▶ _Excerpted records_
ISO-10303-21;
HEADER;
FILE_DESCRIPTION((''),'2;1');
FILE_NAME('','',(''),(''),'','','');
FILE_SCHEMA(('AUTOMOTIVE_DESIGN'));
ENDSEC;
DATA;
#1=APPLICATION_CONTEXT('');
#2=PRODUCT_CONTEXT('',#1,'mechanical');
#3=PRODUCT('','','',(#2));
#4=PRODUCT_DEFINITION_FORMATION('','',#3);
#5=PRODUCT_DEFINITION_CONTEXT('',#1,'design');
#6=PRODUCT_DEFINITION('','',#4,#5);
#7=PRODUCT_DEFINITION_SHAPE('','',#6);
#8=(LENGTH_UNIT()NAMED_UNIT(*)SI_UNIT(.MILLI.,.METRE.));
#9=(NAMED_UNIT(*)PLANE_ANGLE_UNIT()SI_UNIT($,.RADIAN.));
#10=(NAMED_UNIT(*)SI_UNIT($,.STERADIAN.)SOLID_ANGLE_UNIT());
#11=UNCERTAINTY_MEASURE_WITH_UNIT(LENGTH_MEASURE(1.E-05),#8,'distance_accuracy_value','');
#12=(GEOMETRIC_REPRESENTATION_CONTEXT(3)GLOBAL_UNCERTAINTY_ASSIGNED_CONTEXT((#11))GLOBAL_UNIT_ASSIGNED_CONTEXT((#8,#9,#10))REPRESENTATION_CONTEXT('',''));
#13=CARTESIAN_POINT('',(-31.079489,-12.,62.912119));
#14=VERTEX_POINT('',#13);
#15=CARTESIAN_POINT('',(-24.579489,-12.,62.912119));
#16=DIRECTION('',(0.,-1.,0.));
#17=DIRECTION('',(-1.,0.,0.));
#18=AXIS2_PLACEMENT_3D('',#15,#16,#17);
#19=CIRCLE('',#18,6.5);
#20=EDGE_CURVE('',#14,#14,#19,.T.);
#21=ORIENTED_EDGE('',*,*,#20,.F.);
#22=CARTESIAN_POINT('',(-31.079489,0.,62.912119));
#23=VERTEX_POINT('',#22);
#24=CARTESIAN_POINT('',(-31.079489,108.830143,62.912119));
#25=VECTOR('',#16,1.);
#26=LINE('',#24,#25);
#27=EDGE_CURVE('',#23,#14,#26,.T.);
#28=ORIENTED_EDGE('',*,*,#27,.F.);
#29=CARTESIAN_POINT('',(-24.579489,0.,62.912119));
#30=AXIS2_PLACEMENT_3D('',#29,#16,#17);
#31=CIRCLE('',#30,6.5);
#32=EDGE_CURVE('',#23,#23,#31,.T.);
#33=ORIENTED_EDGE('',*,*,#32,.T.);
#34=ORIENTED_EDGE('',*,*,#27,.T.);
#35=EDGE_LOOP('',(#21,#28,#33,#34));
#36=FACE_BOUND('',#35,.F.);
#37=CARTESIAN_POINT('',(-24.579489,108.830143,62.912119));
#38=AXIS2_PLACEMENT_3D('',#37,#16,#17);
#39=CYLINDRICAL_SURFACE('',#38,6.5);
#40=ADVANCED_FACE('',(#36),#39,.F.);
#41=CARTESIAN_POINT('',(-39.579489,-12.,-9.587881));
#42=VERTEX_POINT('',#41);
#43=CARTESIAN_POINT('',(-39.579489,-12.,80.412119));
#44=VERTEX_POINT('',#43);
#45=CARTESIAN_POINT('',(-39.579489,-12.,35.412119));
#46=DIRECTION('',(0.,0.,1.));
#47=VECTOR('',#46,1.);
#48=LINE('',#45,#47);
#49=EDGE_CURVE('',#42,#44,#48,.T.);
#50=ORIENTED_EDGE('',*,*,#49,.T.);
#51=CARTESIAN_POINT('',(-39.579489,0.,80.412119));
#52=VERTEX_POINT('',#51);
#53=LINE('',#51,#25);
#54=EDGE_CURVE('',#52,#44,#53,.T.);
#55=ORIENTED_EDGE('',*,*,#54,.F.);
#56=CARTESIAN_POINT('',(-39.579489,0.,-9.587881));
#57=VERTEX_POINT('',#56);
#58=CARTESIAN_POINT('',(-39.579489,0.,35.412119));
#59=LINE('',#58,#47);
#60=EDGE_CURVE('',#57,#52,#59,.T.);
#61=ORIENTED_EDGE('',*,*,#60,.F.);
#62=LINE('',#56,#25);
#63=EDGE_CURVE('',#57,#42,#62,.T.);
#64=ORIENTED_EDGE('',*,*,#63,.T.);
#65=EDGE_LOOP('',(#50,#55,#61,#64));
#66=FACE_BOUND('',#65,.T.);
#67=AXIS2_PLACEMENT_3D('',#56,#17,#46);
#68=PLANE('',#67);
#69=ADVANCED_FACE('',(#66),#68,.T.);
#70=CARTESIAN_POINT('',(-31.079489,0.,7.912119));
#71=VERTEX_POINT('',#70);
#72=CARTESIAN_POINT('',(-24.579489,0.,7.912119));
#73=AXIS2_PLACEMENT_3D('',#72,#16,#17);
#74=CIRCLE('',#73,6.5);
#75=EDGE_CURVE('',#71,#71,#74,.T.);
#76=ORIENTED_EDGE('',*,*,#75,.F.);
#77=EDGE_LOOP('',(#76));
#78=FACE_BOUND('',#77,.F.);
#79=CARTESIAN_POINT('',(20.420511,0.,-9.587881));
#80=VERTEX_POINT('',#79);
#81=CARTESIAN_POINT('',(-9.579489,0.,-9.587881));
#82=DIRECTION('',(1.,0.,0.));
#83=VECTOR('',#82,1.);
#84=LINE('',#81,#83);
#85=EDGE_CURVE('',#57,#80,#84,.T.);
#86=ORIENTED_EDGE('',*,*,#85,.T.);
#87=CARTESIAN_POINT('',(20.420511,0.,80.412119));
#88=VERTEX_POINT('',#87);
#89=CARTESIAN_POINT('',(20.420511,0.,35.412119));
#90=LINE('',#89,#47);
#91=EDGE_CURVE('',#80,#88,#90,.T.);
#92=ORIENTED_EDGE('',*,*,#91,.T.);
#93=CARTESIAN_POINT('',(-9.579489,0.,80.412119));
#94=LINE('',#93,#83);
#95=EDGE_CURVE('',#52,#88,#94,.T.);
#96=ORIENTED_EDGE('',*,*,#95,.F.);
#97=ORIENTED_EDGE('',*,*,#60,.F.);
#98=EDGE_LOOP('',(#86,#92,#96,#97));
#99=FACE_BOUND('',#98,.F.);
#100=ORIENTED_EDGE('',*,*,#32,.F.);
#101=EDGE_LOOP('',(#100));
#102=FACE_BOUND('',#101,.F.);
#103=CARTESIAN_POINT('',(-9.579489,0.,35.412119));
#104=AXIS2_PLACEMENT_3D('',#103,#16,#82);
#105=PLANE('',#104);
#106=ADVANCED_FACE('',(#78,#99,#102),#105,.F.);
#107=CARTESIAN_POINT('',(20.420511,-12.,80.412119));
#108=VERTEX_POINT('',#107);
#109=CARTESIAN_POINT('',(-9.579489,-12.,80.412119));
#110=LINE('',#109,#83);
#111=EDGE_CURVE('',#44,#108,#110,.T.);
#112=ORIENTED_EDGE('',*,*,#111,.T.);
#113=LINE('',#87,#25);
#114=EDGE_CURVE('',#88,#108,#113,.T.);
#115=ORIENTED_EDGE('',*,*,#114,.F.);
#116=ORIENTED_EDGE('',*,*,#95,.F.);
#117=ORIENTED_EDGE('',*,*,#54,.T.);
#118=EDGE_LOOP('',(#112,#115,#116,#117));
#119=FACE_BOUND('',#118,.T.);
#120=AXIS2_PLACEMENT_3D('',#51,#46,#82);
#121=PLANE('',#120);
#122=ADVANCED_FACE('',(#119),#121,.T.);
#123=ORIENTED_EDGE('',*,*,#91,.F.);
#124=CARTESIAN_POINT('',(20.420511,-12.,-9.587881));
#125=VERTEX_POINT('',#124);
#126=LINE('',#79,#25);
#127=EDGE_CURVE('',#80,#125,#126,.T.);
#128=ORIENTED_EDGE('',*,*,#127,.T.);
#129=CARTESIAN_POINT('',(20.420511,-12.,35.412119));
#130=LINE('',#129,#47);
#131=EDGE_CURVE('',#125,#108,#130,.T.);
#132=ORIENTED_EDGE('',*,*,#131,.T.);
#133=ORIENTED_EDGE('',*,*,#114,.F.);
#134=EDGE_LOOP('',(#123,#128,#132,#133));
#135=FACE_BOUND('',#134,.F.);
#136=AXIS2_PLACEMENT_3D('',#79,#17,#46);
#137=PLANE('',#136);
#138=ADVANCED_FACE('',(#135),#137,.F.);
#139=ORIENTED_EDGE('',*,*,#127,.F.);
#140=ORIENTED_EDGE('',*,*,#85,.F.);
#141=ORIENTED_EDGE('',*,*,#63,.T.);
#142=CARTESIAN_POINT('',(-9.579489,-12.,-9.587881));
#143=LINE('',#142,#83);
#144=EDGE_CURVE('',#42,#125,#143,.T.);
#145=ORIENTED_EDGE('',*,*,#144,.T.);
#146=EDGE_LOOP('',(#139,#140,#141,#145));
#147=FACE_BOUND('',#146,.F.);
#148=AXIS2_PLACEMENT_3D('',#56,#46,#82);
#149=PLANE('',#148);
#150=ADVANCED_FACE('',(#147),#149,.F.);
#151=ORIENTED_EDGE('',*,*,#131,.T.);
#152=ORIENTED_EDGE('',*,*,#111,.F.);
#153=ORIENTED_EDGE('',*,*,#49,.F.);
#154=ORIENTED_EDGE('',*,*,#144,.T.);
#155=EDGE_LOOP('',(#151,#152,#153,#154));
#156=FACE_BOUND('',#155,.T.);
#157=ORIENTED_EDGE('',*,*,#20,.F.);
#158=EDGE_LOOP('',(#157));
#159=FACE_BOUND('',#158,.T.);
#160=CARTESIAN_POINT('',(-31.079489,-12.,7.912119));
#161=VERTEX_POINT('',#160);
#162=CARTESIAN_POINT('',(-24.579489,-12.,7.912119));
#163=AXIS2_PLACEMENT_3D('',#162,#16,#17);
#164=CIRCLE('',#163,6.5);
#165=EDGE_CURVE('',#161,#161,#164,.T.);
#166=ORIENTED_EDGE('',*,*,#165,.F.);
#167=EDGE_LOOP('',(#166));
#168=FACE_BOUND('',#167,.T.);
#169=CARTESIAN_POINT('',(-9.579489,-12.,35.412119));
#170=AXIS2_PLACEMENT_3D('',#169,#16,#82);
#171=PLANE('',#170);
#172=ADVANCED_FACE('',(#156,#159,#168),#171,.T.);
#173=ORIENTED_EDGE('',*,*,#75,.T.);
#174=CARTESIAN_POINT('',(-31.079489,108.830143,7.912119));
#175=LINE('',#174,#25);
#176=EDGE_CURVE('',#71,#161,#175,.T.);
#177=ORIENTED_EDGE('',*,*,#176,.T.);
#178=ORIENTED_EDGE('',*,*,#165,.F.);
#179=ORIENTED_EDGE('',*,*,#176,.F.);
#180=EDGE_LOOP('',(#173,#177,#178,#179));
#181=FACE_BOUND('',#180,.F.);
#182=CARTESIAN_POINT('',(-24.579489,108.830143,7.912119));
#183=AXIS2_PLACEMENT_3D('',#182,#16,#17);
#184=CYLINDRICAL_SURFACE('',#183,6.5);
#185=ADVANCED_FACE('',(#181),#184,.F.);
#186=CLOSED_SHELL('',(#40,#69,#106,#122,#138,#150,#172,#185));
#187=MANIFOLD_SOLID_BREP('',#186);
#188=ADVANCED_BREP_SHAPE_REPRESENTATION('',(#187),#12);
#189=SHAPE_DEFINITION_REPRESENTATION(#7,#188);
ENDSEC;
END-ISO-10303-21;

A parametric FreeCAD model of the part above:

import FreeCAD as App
import Part
import Sketcher

V = App.Vector
Q = App.Units.Quantity

doc = App.newDocument("Part")
params = doc.addObject("Spreadsheet::Sheet", "Params")
for row, (alias, value) in enumerate([
    ("sketch1_width", "60 mm"),
    ("sketch1_height", "90 mm"),
    ("pad1_length", "12 mm"),
    ("sketch2_diameter", "13 mm"),
    ("hole_diameter", "13 mm"),
], start=1):
    params.set(f"A{row}", alias)
    params.set(f"B{row}", "=" + value)
    params.setAlias(f"B{row}", alias)

body = doc.addObject("PartDesign::Body", "Body")

# Sketch on XZ plane
sketch1 = body.newObject("Sketcher::SketchObject", "Sketch")
sketch1.AttachmentSupport = (doc.getObject("XZ_Plane"), [""])
sketch1.MapMode = "FlatFace"
sketch1.addGeometry([
    Part.LineSegment(V(-39.579489, 80.412119, 0), V(-39.579489, -9.587881, 0)),
    Part.LineSegment(V(-39.579489, -9.587881, 0), V(20.420511, -9.587881, 0)),
    Part.LineSegment(V(20.420511, -9.587881, 0), V(20.420511, 80.412119, 0)),
    Part.LineSegment(V(20.420511, 80.412119, 0), V(-39.579489, 80.412119, 0)),
], False)
sketch1.addConstraint([
    Sketcher.Constraint("Coincident", 0, 2, 1, 1),
    Sketcher.Constraint("Coincident", 1, 2, 2, 1),
    Sketcher.Constraint("Coincident", 2, 2, 3, 1),
    Sketcher.Constraint("Coincident", 3, 2, 0, 1),
    Sketcher.Constraint("Vertical", 0),
    Sketcher.Constraint("Horizontal", 1),
    Sketcher.Constraint("Vertical", 2),
    Sketcher.Constraint("Horizontal", 3),
    Sketcher.Constraint("DistanceX", 1, 1, 1, 2, Q("60 mm")),
    Sketcher.Constraint("DistanceY", 0, 2, 0, 1, Q("90 mm")),
    Sketcher.Constraint("DistanceX", 0, 2, -1, 1, Q("39.579489 mm")),
    Sketcher.Constraint("DistanceY", 0, 2, -1, 1, Q("9.587881 mm")),
])
sketch1.setExpression("Constraints[8]", "Params.sketch1_width")
sketch1.setExpression("Constraints[9]", "Params.sketch1_height")
pad1 = body.newObject("PartDesign::Pad", "Pad")
pad1.Profile = sketch1
pad1.setExpression("Length", "Params.pad1_length")

# Sketch on XZ plane
sketch2 = body.newObject("Sketcher::SketchObject", "Sketch001")
sketch2.AttachmentSupport = (doc.getObject("XZ_Plane"), [""])
sketch2.MapMode = "FlatFace"
sketch2.addGeometry([
    Part.Circle(V(-24.579489, 62.912119, 0), V(0, 0, 1), 6.5),
    Part.Circle(V(-24.579489, 7.912119, 0), V(0, 0, 1), 6.5),
], False)
sketch2.addConstraint([
    Sketcher.Constraint("Equal", 0, 1),
    Sketcher.Constraint("Vertical", 0, 3, 1, 3),
    Sketcher.Constraint("Diameter", 0, Q("13 mm")),
    Sketcher.Constraint("DistanceY", 1, 3, 0, 3, Q("55 mm")),
    Sketcher.Constraint("DistanceX", 0, 3, -1, 1, Q("24.579489 mm")),
    Sketcher.Constraint("DistanceY", -1, 1, 0, 3, Q("62.912119 mm")),
])
sketch2.setExpression("Constraints[2]", "Params.sketch2_diameter")
doc.recompute()
hole = body.newObject("PartDesign::Hole", "Hole")
hole.Profile = sketch2
hole.ThreadType = "None"
hole.setExpression("Diameter", "Params.hole_diameter")
hole.DepthType = "ThroughAll"
hole.Reversed = True

doc.recompute()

▶ _Description of the task_
Write out the records exactly, starting at the first line and stopping after the line that contains "#26=LINE('',#24,#25);".

▶ _Task answer_
ISO-10303-21;
HEADER;
FILE_DESCRIPTION((''),'2;1');
FILE_NAME('','',(''),(''),'','','');
FILE_SCHEMA(('AUTOMOTIVE_DESIGN'));
ENDSEC;
DATA;
#1=APPLICATION_CONTEXT('');
#2=PRODUCT_CONTEXT('',#1,'mechanical');
#3=PRODUCT('','','',(#2));
#4=PRODUCT_DEFINITION_FORMATION('','',#3);
#5=PRODUCT_DEFINITION_CONTEXT('',#1,'design');
#6=PRODUCT_DEFINITION('','',#4,#5);
#7=PRODUCT_DEFINITION_SHAPE('','',#6);
#8=(LENGTH_UNIT()NAMED_UNIT(*)SI_UNIT(.MILLI.,.METRE.));
#9=(NAMED_UNIT(*)PLANE_ANGLE_UNIT()SI_UNIT($,.RADIAN.));
#10=(NAMED_UNIT(*)SI_UNIT($,.STERADIAN.)SOLID_ANGLE_UNIT());
#11=UNCERTAINTY_MEASURE_WITH_UNIT(LENGTH_MEASURE(1.E-05),#8,'distance_accuracy_value','');
#12=(GEOMETRIC_REPRESENTATION_CONTEXT(3)GLOBAL_UNCERTAINTY_ASSIGNED_CONTEXT((#11))GLOBAL_UNIT_ASSIGNED_CONTEXT((#8,#9,#10))REPRESENTATION_CONTEXT('',''));
#13=CARTESIAN_POINT('',(-31.079489,-12.,62.912119));
#14=VERTEX_POINT('',#13);
#15=CARTESIAN_POINT('',(-24.579489,-12.,62.912119));
#16=DIRECTION('',(0.,-1.,0.));
#17=DIRECTION('',(-1.,0.,0.));
#18=AXIS2_PLACEMENT_3D('',#15,#16,#17);
#19=CIRCLE('',#18,6.5);
#20=EDGE_CURVE('',#14,#14,#19,.T.);
#21=ORIENTED_EDGE('',*,*,#20,.F.);
#22=CARTESIAN_POINT('',(-31.079489,0.,62.912119));
#23=VERTEX_POINT('',#22);
#24=CARTESIAN_POINT('',(-31.079489,108.830143,62.912119));
#25=VECTOR('',#16,1.);
#26=LINE('',#24,#25);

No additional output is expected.